= Jake Bickelhaupt =

American chef

Jake Bickelhaupt is an American chef and restaurateur who co-owned and operated the Michelin-starred 42 Grams in Chicago, Illinois, with his then-wife Alexa Welsh, between 2014 and 2017, and Konro in West Palm Beach, Florida, with his current wife Nadia Bickelhaupt, between 2022 and 2025. Following the closure of 42 Grams in 2017, he pleaded guilty to one charge of battery against Welsh, and was again arrested in 2025 on the charge of domestic violence, against Nadia.

==Biography==
In January 2014, Bickelhaupt opened 42 Grams, a restaurant in Chicago, Illinois, alongside his then-wife and general manager, Alexa Welsh. 42 Grams received two Michelin stars within its first year of operation and was the subject of a 2017 documentary of the same name. Bickelhaupt divorced in January of 2017 and initially planned to continue the restaurant through its lease expiration in November, but on June 4 Bickelhaupt assaulted Welsh, leading a diner to call police. Later that evening, Bickelhaupt tweeted an announcement that the restaurant was closing, effective immediately.

In May 2019, Bickelhaupt opened another restaurant, Stone Flower, also in Chicago. Stone Flower closed following the COVID-19 pandemic. He self-financed a second documentary, 86ed, which was released in 2021 and focused on his efforts to "rebuild his life amid a cloud of cancel culture and online bullying". It did not cover Welsh's version of events.

Since 2020, Bickelhaupt has been married to his wife Nadia; in 2022 they opened Konro restaurant in West Palm Beach, Florida. Konro was a ten-seat tasting menu-only restaurant and offered wine pairings as well as a non-alcoholic pairing. Konro became the only restaurant in the Miami area to earn a Michelin star in April 2025, before closing two months later in the aftermath of Bickelhaupt's arrest. Michelin revoked the star in August.

===Domestic violence incidents===
Bickelhaupt was arrested on June 6, 2017 for the attack on Welsh that led to the closure of 42 Grams, and pleaded guilty to charges of simple battery in July. In 86'd he claimed that he had quit earlier that night, gotten drunk, and did not remember the incident. Financial disputes arose related to the restaurant's closing and Bickelhaupt's alleged use of restaurant funds for personal expenses, and Bickelhaupt and Welsh's out-of-court settlement included a non-disparage agreement, which prevents them from publicly saying negative things about one other. In 2018, Bickelhaupt replied to an Eater request for comment: “I was arrested for a single instance of violence. I will be forever regretful for my actions and the harm I caused. I take full responsibilities for my actions and will continue to do so for the rest of my life. There was no excuse for my actions. I have taken steps and found the help I needed to ensure nothing of this sort will ever happen again and I know I am a better person today than I was on that day.”

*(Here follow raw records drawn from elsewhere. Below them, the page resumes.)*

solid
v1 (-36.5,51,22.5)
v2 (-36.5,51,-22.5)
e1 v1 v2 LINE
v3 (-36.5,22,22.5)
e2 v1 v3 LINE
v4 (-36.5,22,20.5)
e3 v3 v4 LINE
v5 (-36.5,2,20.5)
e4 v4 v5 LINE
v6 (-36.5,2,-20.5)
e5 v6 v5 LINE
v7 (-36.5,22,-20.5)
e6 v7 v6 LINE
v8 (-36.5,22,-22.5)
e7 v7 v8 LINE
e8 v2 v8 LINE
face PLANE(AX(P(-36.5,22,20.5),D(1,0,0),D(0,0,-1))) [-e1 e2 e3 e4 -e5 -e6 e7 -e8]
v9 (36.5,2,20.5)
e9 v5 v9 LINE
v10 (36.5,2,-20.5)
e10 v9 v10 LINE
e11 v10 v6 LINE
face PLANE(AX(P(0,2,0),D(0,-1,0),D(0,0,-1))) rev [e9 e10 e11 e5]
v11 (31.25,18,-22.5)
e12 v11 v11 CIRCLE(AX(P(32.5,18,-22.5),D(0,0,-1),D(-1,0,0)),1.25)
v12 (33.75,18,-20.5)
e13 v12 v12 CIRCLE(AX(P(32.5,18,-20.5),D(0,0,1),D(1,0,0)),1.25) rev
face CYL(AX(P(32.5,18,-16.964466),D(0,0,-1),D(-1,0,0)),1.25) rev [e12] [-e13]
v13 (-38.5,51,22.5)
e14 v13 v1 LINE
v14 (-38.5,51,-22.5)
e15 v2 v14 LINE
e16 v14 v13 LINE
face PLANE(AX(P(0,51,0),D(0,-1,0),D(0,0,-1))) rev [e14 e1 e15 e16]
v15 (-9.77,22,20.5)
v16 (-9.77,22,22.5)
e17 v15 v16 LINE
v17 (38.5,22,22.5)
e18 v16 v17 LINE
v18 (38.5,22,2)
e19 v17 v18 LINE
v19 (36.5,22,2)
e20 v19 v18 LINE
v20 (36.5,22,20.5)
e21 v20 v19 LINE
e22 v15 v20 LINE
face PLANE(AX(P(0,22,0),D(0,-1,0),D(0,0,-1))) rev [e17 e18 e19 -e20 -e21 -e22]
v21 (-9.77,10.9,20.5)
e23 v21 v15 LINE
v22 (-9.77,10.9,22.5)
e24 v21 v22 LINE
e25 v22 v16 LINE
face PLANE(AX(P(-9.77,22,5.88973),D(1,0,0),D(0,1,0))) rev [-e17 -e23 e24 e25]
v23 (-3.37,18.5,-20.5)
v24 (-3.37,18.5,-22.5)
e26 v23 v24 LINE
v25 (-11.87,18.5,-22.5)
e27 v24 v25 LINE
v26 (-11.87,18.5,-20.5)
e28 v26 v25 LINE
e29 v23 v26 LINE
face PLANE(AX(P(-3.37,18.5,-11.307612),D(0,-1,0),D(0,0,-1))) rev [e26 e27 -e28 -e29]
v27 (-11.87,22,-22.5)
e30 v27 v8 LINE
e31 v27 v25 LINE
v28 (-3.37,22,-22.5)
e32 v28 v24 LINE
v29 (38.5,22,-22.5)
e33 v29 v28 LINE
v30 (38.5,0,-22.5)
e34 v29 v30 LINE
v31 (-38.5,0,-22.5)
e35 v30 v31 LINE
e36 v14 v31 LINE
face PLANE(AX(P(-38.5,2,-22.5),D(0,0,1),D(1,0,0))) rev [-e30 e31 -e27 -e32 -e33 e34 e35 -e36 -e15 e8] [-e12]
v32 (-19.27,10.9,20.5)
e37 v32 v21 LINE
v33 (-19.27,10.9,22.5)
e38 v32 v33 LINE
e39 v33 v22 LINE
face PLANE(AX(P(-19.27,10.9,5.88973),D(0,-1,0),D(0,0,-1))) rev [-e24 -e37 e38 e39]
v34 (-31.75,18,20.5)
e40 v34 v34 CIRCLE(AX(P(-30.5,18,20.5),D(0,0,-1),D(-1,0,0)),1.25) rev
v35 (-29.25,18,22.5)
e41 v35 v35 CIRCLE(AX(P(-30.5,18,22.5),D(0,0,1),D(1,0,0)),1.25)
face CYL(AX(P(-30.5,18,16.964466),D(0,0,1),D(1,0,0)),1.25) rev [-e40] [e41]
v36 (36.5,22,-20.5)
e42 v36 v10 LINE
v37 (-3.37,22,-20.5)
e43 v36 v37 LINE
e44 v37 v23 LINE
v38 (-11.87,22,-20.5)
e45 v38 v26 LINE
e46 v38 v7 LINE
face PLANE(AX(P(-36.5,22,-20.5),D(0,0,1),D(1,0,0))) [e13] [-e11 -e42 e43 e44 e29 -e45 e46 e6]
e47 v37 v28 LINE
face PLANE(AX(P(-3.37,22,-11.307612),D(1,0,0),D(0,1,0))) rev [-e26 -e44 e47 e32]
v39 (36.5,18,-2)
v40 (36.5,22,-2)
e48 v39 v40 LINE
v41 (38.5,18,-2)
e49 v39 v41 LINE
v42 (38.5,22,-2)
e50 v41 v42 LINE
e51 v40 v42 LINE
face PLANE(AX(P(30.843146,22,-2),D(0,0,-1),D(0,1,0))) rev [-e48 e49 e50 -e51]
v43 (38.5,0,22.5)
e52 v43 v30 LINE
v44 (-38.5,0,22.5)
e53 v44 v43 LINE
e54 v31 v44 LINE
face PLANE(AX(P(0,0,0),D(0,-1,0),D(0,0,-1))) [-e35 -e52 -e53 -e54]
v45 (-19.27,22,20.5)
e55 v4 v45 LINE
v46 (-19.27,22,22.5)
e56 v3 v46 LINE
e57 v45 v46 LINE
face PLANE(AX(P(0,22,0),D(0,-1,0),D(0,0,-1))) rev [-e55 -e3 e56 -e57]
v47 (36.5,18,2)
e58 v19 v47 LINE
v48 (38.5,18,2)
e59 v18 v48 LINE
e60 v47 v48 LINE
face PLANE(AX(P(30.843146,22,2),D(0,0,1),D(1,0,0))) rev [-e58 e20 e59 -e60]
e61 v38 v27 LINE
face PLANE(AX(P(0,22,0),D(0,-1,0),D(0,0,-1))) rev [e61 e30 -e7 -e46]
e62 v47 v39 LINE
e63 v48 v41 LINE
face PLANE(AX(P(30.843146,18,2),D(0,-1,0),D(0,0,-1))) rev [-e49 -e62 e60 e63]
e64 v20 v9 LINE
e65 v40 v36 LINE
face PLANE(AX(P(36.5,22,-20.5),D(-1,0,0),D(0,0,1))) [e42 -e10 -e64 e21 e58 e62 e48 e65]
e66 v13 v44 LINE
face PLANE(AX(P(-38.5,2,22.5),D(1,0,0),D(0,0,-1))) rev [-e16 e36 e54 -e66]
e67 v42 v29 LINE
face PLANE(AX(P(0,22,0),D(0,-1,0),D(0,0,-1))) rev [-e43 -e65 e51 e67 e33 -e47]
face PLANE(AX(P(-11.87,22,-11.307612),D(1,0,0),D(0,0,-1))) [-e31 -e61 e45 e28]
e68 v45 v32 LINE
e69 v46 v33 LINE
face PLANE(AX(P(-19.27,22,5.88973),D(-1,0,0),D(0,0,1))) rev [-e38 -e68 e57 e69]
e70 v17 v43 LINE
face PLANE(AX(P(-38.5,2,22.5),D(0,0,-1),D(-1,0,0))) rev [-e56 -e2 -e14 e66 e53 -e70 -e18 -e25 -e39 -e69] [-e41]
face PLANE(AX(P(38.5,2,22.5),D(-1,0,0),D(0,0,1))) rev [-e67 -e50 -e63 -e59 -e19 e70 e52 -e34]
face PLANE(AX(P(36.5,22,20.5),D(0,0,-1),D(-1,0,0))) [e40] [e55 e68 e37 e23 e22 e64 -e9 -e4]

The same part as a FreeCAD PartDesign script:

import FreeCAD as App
import Part
import Sketcher
from FreeCAD import Vector
Q = App.Units.Quantity


def add_polygon(sketch, points):
    """Adds a closed chain of lines whose ends are joined by coincident constraints."""
    first, n = sketch.GeometryCount, len(points)
    for a, b in zip(points, points[1:] + points[:1]):
        sketch.addGeometry(Part.LineSegment(App.Vector(*a, 0), App.Vector(*b, 0)), False)
    for i in range(n):
        sketch.addConstraint(Sketcher.Constraint("Coincident", first + i, 2, first + (i + 1) % n, 1))

doc = App.newDocument("Part")
body = doc.addObject("PartDesign::Body", "Body")

# Sketch on XZ plane
sketch1 = body.newObject("Sketcher::SketchObject", "Sketch")
sketch1.AttachmentSupport = (doc.getObject("XZ_Plane"), [""])
sketch1.MapMode = "FlatFace"
add_polygon(sketch1, [(-38.5, -22.5), (-38.5, 22.5), (38.5, 22.5), (38.5, -22.5)])  # lines 0-3
sketch1.addConstraint([
    Sketcher.Constraint("Vertical", 0),
    Sketcher.Constraint("Horizontal", 1),
    Sketcher.Constraint("Vertical", 2),
    Sketcher.Constraint("Horizontal", 3),
    Sketcher.Constraint("Symmetric", 0, 2, 2, 2, -1, 1),
    Sketcher.Constraint("DistanceX", 1, 1, 1, 2, Q("77 mm")),
    Sketcher.Constraint("DistanceY", 0, 1, 0, 2, Q("45 mm")),
])
pad1 = body.newObject("PartDesign::Pad", "Pad")
pad1.Profile = sketch1
pad1.Length = 2
pad1.Reversed = True

# Sketch on XZ plane
sketch2 = body.newObject("Sketcher::SketchObject", "Sketch001")
sketch2.AttachmentSupport = (doc.getObject("XZ_Plane"), [""])
sketch2.MapMode = "FlatFace"
sketch2.AttachmentOffset = App.Placement(Vector(0, 0, -2), App.Rotation())
add_polygon(sketch2, [(-38.5, -22.5), (-38.5, 22.5), (38.5, 22.5), (38.5, -22.5)])  # lines 0-3
add_polygon(sketch2, [(36.5, 20.5), (-36.5, 20.5), (-36.5, -20.5), (36.5, -20.5)])  # lines 4-7
sketch2.addConstraint([
    Sketcher.Constraint("Vertical", 0),
    Sketcher.Constraint("Horizontal", 1),
    Sketcher.Constraint("Vertical", 2),
    Sketcher.Constraint("Horizontal", 3),
    Sketcher.Constraint("Horizontal", 4),
    Sketcher.Constraint("Vertical", 5),
    Sketcher.Constraint("Horizontal", 6),
    Sketcher.Constraint("Vertical", 7),
    Sketcher.Constraint("Symmetric", 0, 2, 2, 2, -1, 1),
    Sketcher.Constraint("Symmetric", 4, 2, 6, 2, -1, 1),
    Sketcher.Constraint("DistanceX", 1, 1, 1, 2, Q("77 mm")),
    Sketcher.Constraint("DistanceX", 4, 2, 4, 1, Q("73 mm")),
    Sketcher.Constraint("DistanceY", 0, 1, 0, 2, Q("45 mm")),
    Sketcher.Constraint("DistanceY", 5, 2, 5, 1, Q("41 mm")),
])
pad2 = body.newObject("PartDesign::Pad", "Pad001")
pad2.Profile = sketch2
pad2.Length = 20
pad2.Reversed = True

# Sketch on XZ plane
sketch3 = body.newObject("Sketcher::SketchObject", "Sketch002")
sketch3.AttachmentSupport = (doc.getObject("XZ_Plane"), [""])
sketch3.MapMode = "FlatFace"
sketch3.AttachmentOffset = App.Placement(Vector(0, 0, -22), App.Rotation())
add_polygon(sketch3, [(-38.5, -22.5), (-38.5, 22.5), (-36.5, 22.5), (-36.5, -22.5)])  # lines 0-3
sketch3.addConstraint([
    Sketcher.Constraint("Vertical", 0),
    Sketcher.Constraint("Horizontal", 1),
    Sketcher.Constraint("Vertical", 2),
    Sketcher.Constraint("Horizontal", 3),
    Sketcher.Constraint("DistanceX", 1, 1, 1, 2, Q("2 mm")),
    Sketcher.Constraint("DistanceY", 0, 1, 0, 2, Q("45 mm")),
    Sketcher.Constraint("DistanceX", 0, 2, -1, 1, Q("38.5 mm")),
    Sketcher.Constraint("DistanceY", -1, 1, 0, 2, Q("22.5 mm")),
])
pad3 = body.newObject("PartDesign::Pad", "Pad002")
pad3.Profile = sketch3
pad3.Length = 29
pad3.Reversed = True

# Sketch on XY plane
sketch4 = body.newObject("Sketcher::SketchObject", "Sketch003")
sketch4.AttachmentSupport = (doc.getObject("XY_Plane"), [""])
sketch4.MapMode = "FlatFace"
sketch4.AttachmentOffset = App.Placement(Vector(0, 0, -22.5), App.Rotation())
sketch4.addGeometry(Part.Circle(Vector(32.5, 18, 0), Vector(0, 0, 1), 1.25), False)
sketch4.addConstraint([
    Sketcher.Constraint("Diameter", 0, Q("2.5 mm")),
    Sketcher.Constraint("DistanceY", -1, 1, 0, 3, Q("18 mm")),
    Sketcher.Constraint("DistanceX", -1, 1, 0, 3, Q("32.5 mm")),
])
pocket1 = body.newObject("PartDesign::Pocket", "Pocket")
pocket1.Profile = sketch4
pocket1.Length = 2
pocket1.Reversed = True

# Sketch on XY plane
sketch5 = body.newObject("Sketcher::SketchObject", "Sketch004")
sketch5.AttachmentSupport = (doc.getObject("XY_Plane"), [""])
sketch5.MapMode = "FlatFace"
sketch5.AttachmentOffset = App.Placement(Vector(0, 0, 22.5), App.Rotation())
sketch5.addGeometry(Part.Circle(Vector(-30.5, 18, 0), Vector(0, 0, 1), 1.25), False)
sketch5.addConstraint([
    Sketcher.Constraint("Diameter", 0, Q("2.5 mm")),
    Sketcher.Constraint("DistanceY", -1, 1, 0, 3, Q("18 mm")),
    Sketcher.Constraint("DistanceX", 0, 3, -1, 1, Q("30.5 mm")),
])
pocket2 = body.newObject("PartDesign::Pocket", "Pocket001")
pocket2.Profile = sketch5
pocket2.Length = 2

# Sketch on XY plane
sketch6 = body.newObject("Sketcher::SketchObject", "Sketch005")
sketch6.AttachmentSupport = (doc.getObject("XY_Plane"), [""])
sketch6.MapMode = "FlatFace"
sketch6.AttachmentOffset = App.Placement(Vector(0, 0, 22.5), App.Rotation())
add_polygon(sketch6, [(-19.27, 22), (-19.27, 10.9), (-9.77, 10.9), (-9.77, 22)])  # lines 0-3
sketch6.addConstraint([
    Sketcher.Constraint("Vertical", 0),
    Sketcher.Constraint("Horizontal", 1),
    Sketcher.Constraint("Vertical", 2),
    Sketcher.Constraint("Horizontal", 3),
    Sketcher.Constraint("DistanceX", 1, 1, 1, 2, Q("9.5 mm")),
    Sketcher.Constraint("DistanceY", 0, 2, 0, 1, Q("11.1 mm")),
    Sketcher.Constraint("DistanceY", -1, 1, 2, 2, Q("22 mm")),
    Sketcher.Constraint("DistanceX", 0, 2, -1, 1, Q("19.27 mm")),
])
pocket3 = body.newObject("PartDesign::Pocket", "Pocket002")
pocket3.Profile = sketch6
pocket3.Length = 2

# Sketch on XY plane
sketch7 = body.newObject("Sketcher::SketchObject", "Sketch006")
sketch7.AttachmentSupport = (doc.getObject("XY_Plane"), [""])
sketch7.MapMode = "FlatFace"
sketch7.AttachmentOffset = App.Placement(Vector(0, 0, -22.5), App.Rotation())
add_polygon(sketch7, [(-3.37, 22), (-3.37, 18.5), (-11.87, 18.5), (-11.87, 22)])  # lines 0-3
sketch7.addConstraint([
    Sketcher.Constraint("Vertical", 0),
    Sketcher.Constraint("Horizontal", 1),
    Sketcher.Constraint("Vertical", 2),
    Sketcher.Constraint("Horizontal", 3),
    Sketcher.Constraint("DistanceX", 1, 2, 1, 1, Q("8.5 mm")),
    Sketcher.Constraint("DistanceY", 0, 2, 0, 1, Q("3.5 mm")),
    Sketcher.Constraint("DistanceY", -1, 1, 2, 2, Q("22 mm")),
    Sketcher.Constraint("DistanceX", 0, 2, -1, 1, Q("3.37 mm")),
])
pocket4 = body.newObject("PartDesign::Pocket", "Pocket003")
pocket4.Profile = sketch7
pocket4.Length = 2
pocket4.Reversed = True

# Sketch on YZ plane
sketch8 = body.newObject("Sketcher::SketchObject", "Sketch007")
sketch8.AttachmentSupport = (doc.getObject("YZ_Plane"), [""])
sketch8.MapMode = "FlatFace"
sketch8.AttachmentOffset = App.Placement(Vector(0, 0, 38.5), App.Rotation())
add_polygon(sketch8, [(22, 2), (18, 2), (18, -2), (22, -2)])  # lines 0-3
sketch8.addConstraint([
    Sketcher.Constraint("Horizontal", 0),
    Sketcher.Constraint("Vertical", 1),
    Sketcher.Constraint("Horizontal", 2),
    Sketcher.Constraint("Vertical", 3),
    Sketcher.Constraint("Equal", 2, 1),
    Sketcher.Constraint("DistanceX", 0, 2, 0, 1, Q("4 mm")),
    Sketcher.Constraint("DistanceX", -1, 1, 0, 2, Q("18 mm")),
    Sketcher.Constraint("DistanceY", -1, 1, 0, 2, Q("2 mm")),
])
pocket5 = body.newObject("PartDesign::Pocket", "Pocket004")
pocket5.Profile = sketch8
pocket5.Length = 2

doc.recompute()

Seven years later, Bickelhaupt was again arrested for domestic violence on June 2, 2025. He allegedly beat his wife, Nadia, for two hours, causing her to experience a seizure and leaving her with a subdural hematoma. Five days later, the Palm Beach County State Attorney’s Office added charges of witness tampering and violating a domestic violence injunction, claiming that Jake had left voicemails to a shared restaurant number, instructing Nadia on what to tell authorities to facilitate his release from custody. His felony battery charges were upgraded to attempted second-degree murder and false imprisonment on June 11, though the charges of witness tampering were later reduced to misdemeanor violation of pretrial conditions. As of October 2025, Bickelhaupt remained held without bond.

==Awards and recognition==
Bickelhaupt's restaurant 42 Grams received two Michelin stars in 2014, and Food & Wine named him one of the best new chefs of 2015. In April 2025, his West Palm Beach restaurant, Konro, became the only restaurant in the Miami area to earn a Michelin star, but Michelin revoked the star in August in the aftermath of Bickelhaupt's arrest and the restaurant's subsequent closure.